The next step of a campaign set up with Google Ads is to create your ad groups. These are sets of interconnected and related keywords that your ads share between them. So this is also where you would want to figure out your target keywords.

 

5. Create your Ads

 

Now we finally get to creating your ad. There are a number of elements to creating your ads:

 

Final URL – This is the website page that your ad will link to. Remember that whatever website page you decide as your Final URL, has to have something related to the service/product that your ad is promoting.

 

Display path – The display path is the part of the URL that will appear with your ad, and it doesn’t have to necessarily match your Final URL. Use your keyword(s) here. This will also give your customers an idea of where you’ll take them when they click on the ad.

 

Headlines – Google gives you the opportunity to have 15 headlines with your ad, so make use of all of it. Be creative, concise, address your product/service and include a call to action (something you say that’ll nudge customers to do what you want them to when they get to your website). This is because each headline has room for only 30 characters.

 

Description – With Descriptions, you can add up to 4. Each has a limit of 90 characters. This is where you get more detailed and in depth about your brand and offers.

 

As you’re creating your ad, there’s an assessment bar at the top that evaluates your ad. Keep this in mind as you’re making your ad. It will help make sure that your ad is the best that it can be at the time of creation.

 

6. Set up billing

 

Setting up your billing info is the very last step to setting up a Google Ads campaign.

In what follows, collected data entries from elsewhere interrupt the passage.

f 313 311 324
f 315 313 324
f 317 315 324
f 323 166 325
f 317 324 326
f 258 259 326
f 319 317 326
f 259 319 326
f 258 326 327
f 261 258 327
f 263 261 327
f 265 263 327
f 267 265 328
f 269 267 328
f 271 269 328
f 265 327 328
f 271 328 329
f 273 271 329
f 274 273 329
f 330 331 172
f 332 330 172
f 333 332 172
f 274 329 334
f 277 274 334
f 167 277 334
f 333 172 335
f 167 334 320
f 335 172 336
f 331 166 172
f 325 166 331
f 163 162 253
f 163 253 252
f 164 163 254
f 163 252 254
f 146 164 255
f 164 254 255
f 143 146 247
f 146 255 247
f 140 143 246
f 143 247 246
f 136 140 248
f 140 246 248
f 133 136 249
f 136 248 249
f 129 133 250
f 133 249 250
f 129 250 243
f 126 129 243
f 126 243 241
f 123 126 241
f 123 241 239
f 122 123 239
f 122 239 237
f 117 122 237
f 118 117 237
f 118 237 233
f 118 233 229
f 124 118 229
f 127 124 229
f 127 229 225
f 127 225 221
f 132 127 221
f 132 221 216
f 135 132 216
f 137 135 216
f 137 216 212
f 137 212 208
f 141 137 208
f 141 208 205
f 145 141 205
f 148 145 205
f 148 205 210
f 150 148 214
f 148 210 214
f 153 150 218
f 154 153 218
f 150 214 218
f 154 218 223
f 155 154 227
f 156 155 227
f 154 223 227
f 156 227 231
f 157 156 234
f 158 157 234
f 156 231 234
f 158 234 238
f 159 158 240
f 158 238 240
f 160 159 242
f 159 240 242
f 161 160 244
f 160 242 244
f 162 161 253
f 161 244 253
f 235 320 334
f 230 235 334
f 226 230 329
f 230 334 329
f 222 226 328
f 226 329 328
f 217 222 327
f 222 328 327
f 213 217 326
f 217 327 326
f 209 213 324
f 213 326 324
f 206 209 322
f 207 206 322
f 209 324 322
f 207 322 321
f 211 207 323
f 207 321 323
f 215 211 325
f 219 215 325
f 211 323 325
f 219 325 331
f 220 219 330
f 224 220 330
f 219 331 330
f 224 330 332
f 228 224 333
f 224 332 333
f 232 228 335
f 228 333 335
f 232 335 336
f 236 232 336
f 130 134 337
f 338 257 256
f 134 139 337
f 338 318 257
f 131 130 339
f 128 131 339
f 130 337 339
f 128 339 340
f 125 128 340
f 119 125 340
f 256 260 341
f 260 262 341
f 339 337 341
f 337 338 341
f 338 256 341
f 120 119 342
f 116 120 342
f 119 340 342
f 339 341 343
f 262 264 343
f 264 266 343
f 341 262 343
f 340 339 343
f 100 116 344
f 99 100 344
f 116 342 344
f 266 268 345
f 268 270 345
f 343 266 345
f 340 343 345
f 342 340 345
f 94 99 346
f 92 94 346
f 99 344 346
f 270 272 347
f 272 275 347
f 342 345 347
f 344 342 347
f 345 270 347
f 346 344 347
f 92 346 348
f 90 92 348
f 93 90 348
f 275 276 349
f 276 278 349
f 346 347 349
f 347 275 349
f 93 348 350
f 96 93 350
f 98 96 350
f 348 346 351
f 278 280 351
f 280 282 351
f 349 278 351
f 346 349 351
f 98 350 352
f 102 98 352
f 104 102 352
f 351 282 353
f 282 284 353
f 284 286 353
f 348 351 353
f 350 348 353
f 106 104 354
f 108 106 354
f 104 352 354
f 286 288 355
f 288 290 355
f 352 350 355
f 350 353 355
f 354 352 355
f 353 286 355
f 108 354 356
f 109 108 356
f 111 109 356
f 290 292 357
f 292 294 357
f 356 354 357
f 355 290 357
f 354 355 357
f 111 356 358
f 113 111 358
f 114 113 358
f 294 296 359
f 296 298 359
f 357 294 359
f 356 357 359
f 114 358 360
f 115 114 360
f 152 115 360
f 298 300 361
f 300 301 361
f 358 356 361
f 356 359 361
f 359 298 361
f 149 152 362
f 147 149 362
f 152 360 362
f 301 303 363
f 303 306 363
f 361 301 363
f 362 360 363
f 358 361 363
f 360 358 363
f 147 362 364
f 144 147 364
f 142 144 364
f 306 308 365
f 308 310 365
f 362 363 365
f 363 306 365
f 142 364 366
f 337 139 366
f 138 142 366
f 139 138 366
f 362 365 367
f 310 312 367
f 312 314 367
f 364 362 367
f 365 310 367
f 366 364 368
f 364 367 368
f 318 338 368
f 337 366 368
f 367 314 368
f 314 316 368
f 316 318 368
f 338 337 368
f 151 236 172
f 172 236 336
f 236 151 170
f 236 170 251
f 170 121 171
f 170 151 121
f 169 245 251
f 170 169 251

It’s a straightforward process. You give your location and time zone, an account type (either organization or individual), and your card details as well as the billing address.

 

Google Ads to propel you online

 

AND YOU’RE DONE! Congratulations! You have successfully set up your first ad campaign with Google Ads. From here on out, it’s all about updating your ads and monitoring their performance online and optimizing where need be. May your brand and business flourish further with your ad campaigns.

ALL THE BEST. GOOD LUCK. & STAY SAFE!